Water Quality Information for Everyone
Introducing the Ulyssys Water Quality Viewer, a custom script to dynamically visualize the chlorophyll and sediment conditions of water bodies on Sentinel-2 and Sentinel-3 images.
A guest blog post by András Zlinszky and Gergely Padányi-Gulyás
Foreword by Sentinel Hub
The script by András Zlinszky and Gergely Padányi-Gulyás has won the first prize in the second round of the Sentinel Hub Custom Script Contest and it is available on our GitHub repository. This post is part of a series of guest blog posts written by script authors, talking about their entries to our Contest, giving some more insight into how the scripts are working and what can be achieved using them.

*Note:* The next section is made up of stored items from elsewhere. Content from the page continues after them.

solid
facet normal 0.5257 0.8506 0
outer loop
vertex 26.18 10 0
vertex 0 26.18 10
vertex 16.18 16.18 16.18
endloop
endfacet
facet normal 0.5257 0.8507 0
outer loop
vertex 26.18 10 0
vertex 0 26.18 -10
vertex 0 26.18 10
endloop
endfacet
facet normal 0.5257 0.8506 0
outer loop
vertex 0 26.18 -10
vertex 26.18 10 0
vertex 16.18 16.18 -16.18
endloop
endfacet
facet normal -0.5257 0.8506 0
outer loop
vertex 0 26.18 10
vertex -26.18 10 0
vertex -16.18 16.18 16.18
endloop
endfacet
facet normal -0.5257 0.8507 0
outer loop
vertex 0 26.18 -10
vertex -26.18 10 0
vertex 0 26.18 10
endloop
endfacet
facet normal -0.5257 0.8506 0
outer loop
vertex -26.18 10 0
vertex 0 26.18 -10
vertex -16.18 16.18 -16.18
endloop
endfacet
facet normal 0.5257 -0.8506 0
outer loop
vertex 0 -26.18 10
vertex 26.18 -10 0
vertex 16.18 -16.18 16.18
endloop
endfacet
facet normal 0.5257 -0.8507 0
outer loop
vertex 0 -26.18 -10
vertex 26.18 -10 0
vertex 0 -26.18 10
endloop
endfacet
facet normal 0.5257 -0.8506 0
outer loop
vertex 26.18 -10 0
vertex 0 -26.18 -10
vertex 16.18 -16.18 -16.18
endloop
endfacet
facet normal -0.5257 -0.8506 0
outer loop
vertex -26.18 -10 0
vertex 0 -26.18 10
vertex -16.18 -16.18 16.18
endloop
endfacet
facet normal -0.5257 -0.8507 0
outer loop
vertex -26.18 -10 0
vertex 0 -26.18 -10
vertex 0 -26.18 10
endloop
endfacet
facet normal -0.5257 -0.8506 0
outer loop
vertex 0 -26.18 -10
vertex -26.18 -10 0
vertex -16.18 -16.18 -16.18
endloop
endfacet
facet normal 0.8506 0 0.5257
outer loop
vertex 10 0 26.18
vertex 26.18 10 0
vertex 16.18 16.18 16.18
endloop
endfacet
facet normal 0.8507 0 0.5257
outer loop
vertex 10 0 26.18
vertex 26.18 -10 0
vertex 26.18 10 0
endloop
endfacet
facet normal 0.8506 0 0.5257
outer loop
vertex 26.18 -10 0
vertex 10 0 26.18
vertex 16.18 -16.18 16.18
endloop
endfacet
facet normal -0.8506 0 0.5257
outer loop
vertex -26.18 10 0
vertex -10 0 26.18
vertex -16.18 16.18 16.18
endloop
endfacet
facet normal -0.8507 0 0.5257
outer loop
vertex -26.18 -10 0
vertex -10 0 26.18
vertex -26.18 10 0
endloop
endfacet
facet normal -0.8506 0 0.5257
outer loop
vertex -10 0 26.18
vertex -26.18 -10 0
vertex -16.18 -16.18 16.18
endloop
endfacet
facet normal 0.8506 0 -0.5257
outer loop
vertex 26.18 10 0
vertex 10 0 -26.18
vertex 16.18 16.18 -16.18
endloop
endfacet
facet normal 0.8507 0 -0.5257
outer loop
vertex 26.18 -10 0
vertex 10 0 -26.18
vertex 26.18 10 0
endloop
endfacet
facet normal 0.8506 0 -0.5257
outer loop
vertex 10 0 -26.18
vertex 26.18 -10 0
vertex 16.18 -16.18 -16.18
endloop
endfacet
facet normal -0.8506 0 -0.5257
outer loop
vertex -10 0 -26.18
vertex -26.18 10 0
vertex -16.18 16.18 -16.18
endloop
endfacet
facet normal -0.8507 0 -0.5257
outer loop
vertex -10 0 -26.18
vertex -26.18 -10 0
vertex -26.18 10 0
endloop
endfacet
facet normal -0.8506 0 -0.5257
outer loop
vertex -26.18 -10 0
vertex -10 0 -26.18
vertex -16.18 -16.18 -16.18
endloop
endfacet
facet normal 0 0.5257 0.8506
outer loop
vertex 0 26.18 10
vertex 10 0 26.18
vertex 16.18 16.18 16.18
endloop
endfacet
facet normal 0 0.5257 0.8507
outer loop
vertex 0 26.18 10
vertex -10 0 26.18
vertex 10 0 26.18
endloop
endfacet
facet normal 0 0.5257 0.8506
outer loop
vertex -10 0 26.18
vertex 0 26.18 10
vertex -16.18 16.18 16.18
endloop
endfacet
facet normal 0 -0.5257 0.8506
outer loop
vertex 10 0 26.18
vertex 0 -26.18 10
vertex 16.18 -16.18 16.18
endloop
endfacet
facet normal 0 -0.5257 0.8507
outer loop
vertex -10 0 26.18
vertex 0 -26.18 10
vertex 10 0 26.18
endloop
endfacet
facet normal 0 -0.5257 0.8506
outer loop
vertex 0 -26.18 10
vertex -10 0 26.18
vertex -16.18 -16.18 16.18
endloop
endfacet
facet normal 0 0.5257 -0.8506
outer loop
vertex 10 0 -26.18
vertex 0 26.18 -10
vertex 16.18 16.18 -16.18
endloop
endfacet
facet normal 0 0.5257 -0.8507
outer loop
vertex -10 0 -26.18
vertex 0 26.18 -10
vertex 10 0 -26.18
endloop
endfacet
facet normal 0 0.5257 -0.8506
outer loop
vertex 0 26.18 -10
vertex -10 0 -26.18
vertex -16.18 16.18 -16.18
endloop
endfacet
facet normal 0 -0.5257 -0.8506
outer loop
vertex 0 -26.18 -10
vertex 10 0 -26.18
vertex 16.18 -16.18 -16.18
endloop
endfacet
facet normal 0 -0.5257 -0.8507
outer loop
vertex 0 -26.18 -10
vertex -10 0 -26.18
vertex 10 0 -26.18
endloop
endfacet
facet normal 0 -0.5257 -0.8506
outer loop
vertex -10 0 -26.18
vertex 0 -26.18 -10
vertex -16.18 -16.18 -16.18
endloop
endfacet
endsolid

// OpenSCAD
// Regular Dodecahedron
// (C) @oblomobka - 2023.05
// GPL license

/* **CUSTOMIZER VARIABLES** */
// Edge
edge=20; //[10:100]
// Center of the solid or stand over a face
position = "Center"; //["Center", "Face"]

/* **MODULES** */
module DodecahedronRegular(edge=20, position="Face"){
    
    // Constants
    phi = (1+sqrt(5))/2; // Golden ratio = 1,618...
    
    // Invariants
    diAngleDodecahedron = acos(-1/sqrt(5))/*atan(1/phi)*/; // dihedral angle of Dodecahedron = 116,56505...
    
    // Relations
    rCirDodecahedron = sqrt(3)*phi/2; // Radius of a circumscribed sphere for edge = 1 / =1,401...
    rInsDodecahedron = phi^2/(2*sqrt(3-phi)); // radius of a inscribed sphere for edge = 1 / =1,1135...
    rMidDodecahedron = phi^2/2; // Midradius, which touches the middle of each edge / =1,309...
    
    // Variables
    diagonal = phi; // x depicts the edge of cube inscrit in the dodecahedron, that is the lenght of the diagonal of regular pentagon
    a = edge*diagonal/2; // to depicts the coordinates of cube inscrit in a pentagon center in (0,0,0) - 8 vertices
    // Even permutations (+-phi, +-1/phi, 0) for the inscrit cube (+-1, +-1, +-1) / ratio longside : shortside = phi : (1/phi) -> phi^2
    b = (edge*phi^2)/2;     // long side of the rectangle - equivalente to phi
    c = edge/2;             // short side of the rectangle - equivalente to 1/phi
    
    // Definition of points and faces V = 20 / F = 12
    Dpoints = [
        // Build the cube inscrit in the Dodecahedron
        [+a, +a, +a], [-a, +a, +a], [+a, -a, +a], [-a, -a, +a],     // UP       [  0,  1,  2,  3]
        [+a, +a, -a], [-a, +a, -a], [+a, -a, -a], [-a, -a, -a],     // DOWN     [  4,  5,  6,  7]
        // Even permutations, every line draw a rectangule
        [+b, +c, 0], [-b, +c, 0], [+b, -c, 0], [-b, -c, 0],         // XY       [  8,  9, 10, 11]
        [+c, 0, +b], [+c, 0, -b], [-c, 0, +b], [-c, 0, -b],         // XZ       [ 12, 13, 14, 15]
        [0, +b, +c], [0, -b, +c], [0, +b, -c], [0, -b, -c]          // YZ       [ 16, 17, 18, 19]
        ];
         
    Dfaces = [
        [  0, 16, 18,  4,  8], [  1,  9,  5, 18, 16], [  2, 10,  6, 19, 17], [  3, 17, 19,  7, 11],  // Edges XY
        [  0,  8, 10,  2, 12], [  1, 14,  3, 11,  9], [  4, 13,  6, 10,  8], [  5,  9, 11,  7, 15],  // Edges XZ
        [  0, 12, 14,  1, 16], [  2, 17,  3, 14, 12], [  4, 18,  5, 15, 13], [  6, 13, 15,  7, 19]   // Edges YZ
        ];
    
    // Polyhedron stands on xy plane centered on the center of the face or centered on the center of polyhedron
    if(position=="Face"){
        translate([ 0, 0, edge*rInsDodecahedron])
            rotate([90-diAngleDodecahedron/2, 0, 0])
                    polyhedron(Dpoints, Dfaces);}
                    
    else if(position=="Center") {
        polyhedron(Dpoints, Dfaces);
            } 
            
        } 

/* **RENDERING** */
DodecahedronRegular(edge=edge, position=position);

Water Quality Information for Everyone
Water quality problems affect many lakes and rivers worldwide, but only a fraction of water bodies are covered by regular in-situ monitoring. Even where monitoring data is collected, information is difficult to access, available in most cases only in the national language and often only in the form of offline tables. Meanwhile, satellite imagery offers a source of information on all waters of the world.
From a satellite perspective, water quality is defined by the status of the water for human use (irrigation, industry, drinking and recreation) and as a natural habitat. Just like terrestrial ecosystems, aquatic ecosystems are based on energy and biomass acquired through photosynthesis, and the amount of phytoplankton (microscopic and algae floating freely in the water) determines the availability of energy and carbon throughout the food web. Phytoplankton concentrations correlate strongly with the colour of the water, therefore this can be observed from satellites, and is typically expressed in micrograms per liter of chlorophyll in the water.
The intensity of photosynthesis is mostly limited by the availability of light, which in turn is limited by the transparency of the water. This can be expressed in optical units as turbidity, or in a more quantitative way based on milligrams of suspended sediment per liter of water.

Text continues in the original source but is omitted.